▶ THE TASK
Copy all lines below that use the word "Horizontal".

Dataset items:
┄┄┄┄┄┄

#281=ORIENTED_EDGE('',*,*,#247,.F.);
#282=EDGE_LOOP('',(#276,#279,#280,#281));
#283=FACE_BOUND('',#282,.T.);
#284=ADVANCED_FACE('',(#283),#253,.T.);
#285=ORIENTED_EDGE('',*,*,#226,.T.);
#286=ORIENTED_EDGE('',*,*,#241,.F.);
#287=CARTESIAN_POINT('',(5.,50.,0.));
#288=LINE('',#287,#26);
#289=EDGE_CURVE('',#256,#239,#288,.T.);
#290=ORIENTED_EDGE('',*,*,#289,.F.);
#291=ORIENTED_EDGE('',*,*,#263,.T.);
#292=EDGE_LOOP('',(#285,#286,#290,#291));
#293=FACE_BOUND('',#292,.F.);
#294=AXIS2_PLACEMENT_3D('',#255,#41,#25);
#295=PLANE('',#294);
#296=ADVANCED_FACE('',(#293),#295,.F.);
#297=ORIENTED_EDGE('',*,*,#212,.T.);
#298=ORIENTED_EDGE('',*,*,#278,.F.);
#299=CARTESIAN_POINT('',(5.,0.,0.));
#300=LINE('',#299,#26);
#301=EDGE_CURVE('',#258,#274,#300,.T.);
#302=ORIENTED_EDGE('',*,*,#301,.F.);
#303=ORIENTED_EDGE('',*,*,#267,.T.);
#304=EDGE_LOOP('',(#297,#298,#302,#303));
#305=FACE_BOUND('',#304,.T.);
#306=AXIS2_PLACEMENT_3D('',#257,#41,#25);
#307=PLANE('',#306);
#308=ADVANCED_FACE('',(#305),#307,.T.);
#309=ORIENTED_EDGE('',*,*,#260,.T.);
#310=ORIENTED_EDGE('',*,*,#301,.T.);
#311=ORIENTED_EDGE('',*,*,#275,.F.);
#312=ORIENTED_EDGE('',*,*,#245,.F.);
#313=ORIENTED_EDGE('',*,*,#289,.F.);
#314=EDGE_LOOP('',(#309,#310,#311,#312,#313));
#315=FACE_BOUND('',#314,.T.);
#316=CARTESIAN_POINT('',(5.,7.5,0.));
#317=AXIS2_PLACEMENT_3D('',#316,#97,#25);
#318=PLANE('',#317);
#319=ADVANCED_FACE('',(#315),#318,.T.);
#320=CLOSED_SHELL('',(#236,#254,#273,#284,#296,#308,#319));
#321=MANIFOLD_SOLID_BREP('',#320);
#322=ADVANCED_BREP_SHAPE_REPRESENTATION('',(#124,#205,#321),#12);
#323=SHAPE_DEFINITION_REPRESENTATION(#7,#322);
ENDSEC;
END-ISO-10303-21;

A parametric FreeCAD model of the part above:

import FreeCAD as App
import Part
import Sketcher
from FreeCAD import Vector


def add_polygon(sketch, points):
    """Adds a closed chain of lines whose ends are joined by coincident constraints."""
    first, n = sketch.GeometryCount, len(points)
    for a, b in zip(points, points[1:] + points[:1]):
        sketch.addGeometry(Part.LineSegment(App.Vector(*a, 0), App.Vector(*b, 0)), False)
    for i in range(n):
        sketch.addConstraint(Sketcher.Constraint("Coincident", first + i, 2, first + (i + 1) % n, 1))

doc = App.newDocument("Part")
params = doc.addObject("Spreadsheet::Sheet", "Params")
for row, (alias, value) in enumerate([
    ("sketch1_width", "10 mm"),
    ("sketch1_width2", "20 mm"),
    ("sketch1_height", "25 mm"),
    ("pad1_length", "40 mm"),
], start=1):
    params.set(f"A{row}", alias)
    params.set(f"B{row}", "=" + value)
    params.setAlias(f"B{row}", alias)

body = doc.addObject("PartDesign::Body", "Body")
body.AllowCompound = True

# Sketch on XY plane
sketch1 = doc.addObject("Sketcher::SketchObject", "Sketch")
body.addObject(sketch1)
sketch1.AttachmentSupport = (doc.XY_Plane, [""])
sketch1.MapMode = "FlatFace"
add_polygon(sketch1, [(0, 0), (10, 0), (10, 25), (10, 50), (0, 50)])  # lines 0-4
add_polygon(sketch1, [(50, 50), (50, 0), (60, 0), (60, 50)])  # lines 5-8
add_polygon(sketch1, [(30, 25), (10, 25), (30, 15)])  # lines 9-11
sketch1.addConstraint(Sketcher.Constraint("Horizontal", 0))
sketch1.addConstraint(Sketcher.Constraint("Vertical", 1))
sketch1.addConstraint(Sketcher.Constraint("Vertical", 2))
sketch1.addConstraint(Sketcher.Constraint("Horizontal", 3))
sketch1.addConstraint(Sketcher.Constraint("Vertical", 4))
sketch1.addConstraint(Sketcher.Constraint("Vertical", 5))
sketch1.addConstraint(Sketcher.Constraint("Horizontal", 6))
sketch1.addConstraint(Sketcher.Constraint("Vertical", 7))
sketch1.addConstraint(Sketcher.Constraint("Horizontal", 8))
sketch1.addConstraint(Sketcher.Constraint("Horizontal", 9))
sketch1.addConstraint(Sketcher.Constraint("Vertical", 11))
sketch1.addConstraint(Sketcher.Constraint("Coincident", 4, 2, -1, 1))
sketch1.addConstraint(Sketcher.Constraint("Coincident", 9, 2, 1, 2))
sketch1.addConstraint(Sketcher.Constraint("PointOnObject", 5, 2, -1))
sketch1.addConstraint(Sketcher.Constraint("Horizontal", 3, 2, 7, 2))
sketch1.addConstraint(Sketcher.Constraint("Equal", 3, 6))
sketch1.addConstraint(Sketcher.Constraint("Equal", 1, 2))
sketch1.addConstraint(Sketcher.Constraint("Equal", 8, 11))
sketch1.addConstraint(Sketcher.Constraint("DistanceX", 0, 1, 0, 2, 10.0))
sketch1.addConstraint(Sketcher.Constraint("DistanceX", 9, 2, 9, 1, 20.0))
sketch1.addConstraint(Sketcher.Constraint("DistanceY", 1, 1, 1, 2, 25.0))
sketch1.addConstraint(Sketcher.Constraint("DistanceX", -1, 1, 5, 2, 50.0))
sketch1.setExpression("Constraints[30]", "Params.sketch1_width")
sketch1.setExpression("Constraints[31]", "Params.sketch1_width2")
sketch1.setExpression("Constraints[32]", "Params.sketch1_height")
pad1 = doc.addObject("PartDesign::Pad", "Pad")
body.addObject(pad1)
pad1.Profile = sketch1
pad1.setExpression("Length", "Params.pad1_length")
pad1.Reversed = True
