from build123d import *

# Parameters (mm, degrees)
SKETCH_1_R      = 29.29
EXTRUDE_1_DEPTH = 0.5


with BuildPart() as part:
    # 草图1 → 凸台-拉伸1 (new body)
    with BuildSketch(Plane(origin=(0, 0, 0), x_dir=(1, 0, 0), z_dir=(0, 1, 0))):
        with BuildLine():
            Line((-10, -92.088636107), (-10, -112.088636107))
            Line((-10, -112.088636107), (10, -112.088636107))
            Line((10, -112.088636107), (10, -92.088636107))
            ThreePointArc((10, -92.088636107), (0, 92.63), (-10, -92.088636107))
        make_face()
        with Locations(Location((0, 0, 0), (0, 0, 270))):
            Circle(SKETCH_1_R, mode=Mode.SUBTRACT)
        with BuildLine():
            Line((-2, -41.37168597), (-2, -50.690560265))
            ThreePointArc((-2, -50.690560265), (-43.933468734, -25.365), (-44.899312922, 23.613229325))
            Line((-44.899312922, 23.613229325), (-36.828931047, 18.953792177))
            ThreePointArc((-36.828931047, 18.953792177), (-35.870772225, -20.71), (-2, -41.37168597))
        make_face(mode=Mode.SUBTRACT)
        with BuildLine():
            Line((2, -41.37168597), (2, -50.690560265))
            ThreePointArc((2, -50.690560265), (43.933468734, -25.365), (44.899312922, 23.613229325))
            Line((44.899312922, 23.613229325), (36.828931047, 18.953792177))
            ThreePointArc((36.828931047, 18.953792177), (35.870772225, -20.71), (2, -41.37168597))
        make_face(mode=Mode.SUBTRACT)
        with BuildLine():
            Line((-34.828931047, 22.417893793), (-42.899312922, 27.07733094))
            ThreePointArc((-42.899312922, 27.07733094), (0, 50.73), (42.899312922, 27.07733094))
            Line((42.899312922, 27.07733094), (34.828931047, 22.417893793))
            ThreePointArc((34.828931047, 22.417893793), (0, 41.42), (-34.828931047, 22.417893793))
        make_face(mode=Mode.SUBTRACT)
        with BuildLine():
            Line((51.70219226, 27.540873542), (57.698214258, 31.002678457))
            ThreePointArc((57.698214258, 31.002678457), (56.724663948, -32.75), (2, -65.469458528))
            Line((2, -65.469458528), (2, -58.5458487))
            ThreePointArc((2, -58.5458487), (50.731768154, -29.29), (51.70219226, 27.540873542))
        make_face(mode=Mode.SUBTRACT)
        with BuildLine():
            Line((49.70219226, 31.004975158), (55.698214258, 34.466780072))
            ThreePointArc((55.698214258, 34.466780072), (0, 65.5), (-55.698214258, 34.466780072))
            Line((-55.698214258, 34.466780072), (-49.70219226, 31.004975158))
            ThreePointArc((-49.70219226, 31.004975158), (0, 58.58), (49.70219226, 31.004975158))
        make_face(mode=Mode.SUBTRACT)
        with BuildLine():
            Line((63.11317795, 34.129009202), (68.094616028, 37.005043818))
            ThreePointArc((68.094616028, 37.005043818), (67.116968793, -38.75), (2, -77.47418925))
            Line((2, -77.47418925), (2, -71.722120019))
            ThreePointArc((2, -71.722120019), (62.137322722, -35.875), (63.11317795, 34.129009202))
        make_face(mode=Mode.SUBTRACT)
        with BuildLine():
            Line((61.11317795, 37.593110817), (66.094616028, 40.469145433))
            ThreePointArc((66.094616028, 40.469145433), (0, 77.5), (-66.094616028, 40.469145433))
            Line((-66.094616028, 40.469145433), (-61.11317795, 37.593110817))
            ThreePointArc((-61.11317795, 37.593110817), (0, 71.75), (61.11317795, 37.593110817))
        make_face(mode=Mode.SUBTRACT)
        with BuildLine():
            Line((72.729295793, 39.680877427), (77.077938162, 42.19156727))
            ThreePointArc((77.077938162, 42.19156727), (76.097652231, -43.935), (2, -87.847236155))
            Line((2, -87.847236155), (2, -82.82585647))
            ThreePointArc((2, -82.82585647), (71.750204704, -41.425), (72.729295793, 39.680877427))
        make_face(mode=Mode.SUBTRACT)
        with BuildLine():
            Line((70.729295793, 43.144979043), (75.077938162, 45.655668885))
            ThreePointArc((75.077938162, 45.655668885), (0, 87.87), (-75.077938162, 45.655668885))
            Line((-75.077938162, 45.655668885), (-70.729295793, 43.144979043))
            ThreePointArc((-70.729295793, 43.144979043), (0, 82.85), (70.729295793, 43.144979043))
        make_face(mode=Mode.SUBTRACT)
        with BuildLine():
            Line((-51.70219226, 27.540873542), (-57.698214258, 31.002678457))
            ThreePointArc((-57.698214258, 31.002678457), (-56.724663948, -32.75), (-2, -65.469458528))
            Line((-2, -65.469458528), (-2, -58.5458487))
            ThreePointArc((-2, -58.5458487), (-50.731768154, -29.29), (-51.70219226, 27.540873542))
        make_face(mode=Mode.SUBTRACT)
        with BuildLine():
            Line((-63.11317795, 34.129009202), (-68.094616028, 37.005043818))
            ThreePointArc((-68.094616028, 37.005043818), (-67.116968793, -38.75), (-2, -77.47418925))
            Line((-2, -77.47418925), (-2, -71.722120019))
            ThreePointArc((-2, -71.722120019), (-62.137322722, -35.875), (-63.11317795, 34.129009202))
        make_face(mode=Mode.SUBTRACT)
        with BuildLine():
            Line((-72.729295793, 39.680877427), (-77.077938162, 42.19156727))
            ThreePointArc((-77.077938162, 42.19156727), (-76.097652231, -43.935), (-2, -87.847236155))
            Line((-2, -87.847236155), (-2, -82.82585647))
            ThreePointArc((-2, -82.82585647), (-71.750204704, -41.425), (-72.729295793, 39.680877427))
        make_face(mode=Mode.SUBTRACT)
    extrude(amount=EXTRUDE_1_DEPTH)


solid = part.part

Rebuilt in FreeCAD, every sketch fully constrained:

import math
import FreeCAD as App
import Part
import Sketcher
Q = App.Units.Quantity

doc = App.newDocument("Part")
body = doc.addObject("PartDesign::Body", "Body")

# Sketch on XZ plane
sketch1 = body.newObject("Sketcher::SketchObject", "Sketch")
sketch1.AttachmentSupport = (doc.getObject("XZ_Plane"), [""])
sketch1.MapMode = "FlatFace"
sketch1.addGeometry([
    Part.LineSegment(App.Vector(-10, 92.088636, 0), App.Vector(-10, 112.088636, 0)),  # 0
    Part.LineSegment(App.Vector(-10, 112.088636, 0), App.Vector(10, 112.088636, 0)),  # 1
    Part.LineSegment(App.Vector(10, 112.088636, 0), App.Vector(10, 92.088636, 0)),  # 2
    Part.ArcOfCircle(Part.Circle(App.Vector(0, 0, 0), App.Vector(0, 0, 1), 92.63), math.radians(96.197524), math.radians(443.802476)),  # 3
    Part.LineSegment(App.Vector(-77.077938, -42.191567, 0), App.Vector(-72.729296, -39.680877, 0)),  # 4
    Part.ArcOfCircle(Part.Circle(App.Vector(0, 0, 0), App.Vector(0, 0, 1), 82.85), math.radians(91.383255), math.radians(208.616745)),  # 5
    Part.LineSegment(App.Vector(-2, 82.825856, 0), App.Vector(-2, 87.847236, 0)),  # 6
    Part.ArcOfCircle(Part.Circle(App.Vector(0, 0, 0), App.Vector(0, 0, 1), 87.87), math.radians(91.304216), math.radians(208.695784)),  # 7
    Part.LineSegment(App.Vector(-68.094616, -37.005044, 0), App.Vector(-63.113178, -34.129009, 0)),  # 8
    Part.ArcOfCircle(Part.Circle(App.Vector(0, 0, 0), App.Vector(0, 0, 1), 71.75), math.radians(91.597302), math.radians(208.402698)),  # 9
    Part.LineSegment(App.Vector(-2, 71.72212, 0), App.Vector(-2, 77.474189, 0)),  # 10
    Part.ArcOfCircle(Part.Circle(App.Vector(0, 0, 0), App.Vector(0, 0, 1), 77.5), math.radians(91.478765), math.radians(208.521235)),  # 11
    Part.LineSegment(App.Vector(-57.698214, -31.002678, 0), App.Vector(-51.702192, -27.540874, 0)),  # 12
    Part.ArcOfCircle(Part.Circle(App.Vector(0, 0, 0), App.Vector(0, 0, 1), 58.58), math.radians(91.956535), math.radians(208.043465)),  # 13
    Part.LineSegment(App.Vector(-2, 58.545849, 0), App.Vector(-2, 65.469459, 0)),  # 14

┄┄┄┄┄┄

▶ TASK RESULT
sketch1.addConstraint(Sketcher.Constraint("Horizontal", 0))
sketch1.addConstraint(Sketcher.Constraint("Horizontal", 3))
sketch1.addConstraint(Sketcher.Constraint("Horizontal", 6))
sketch1.addConstraint(Sketcher.Constraint("Horizontal", 8))
sketch1.addConstraint(Sketcher.Constraint("Horizontal", 9))
sketch1.addConstraint(Sketcher.Constraint("Horizontal", 3, 2, 7, 2))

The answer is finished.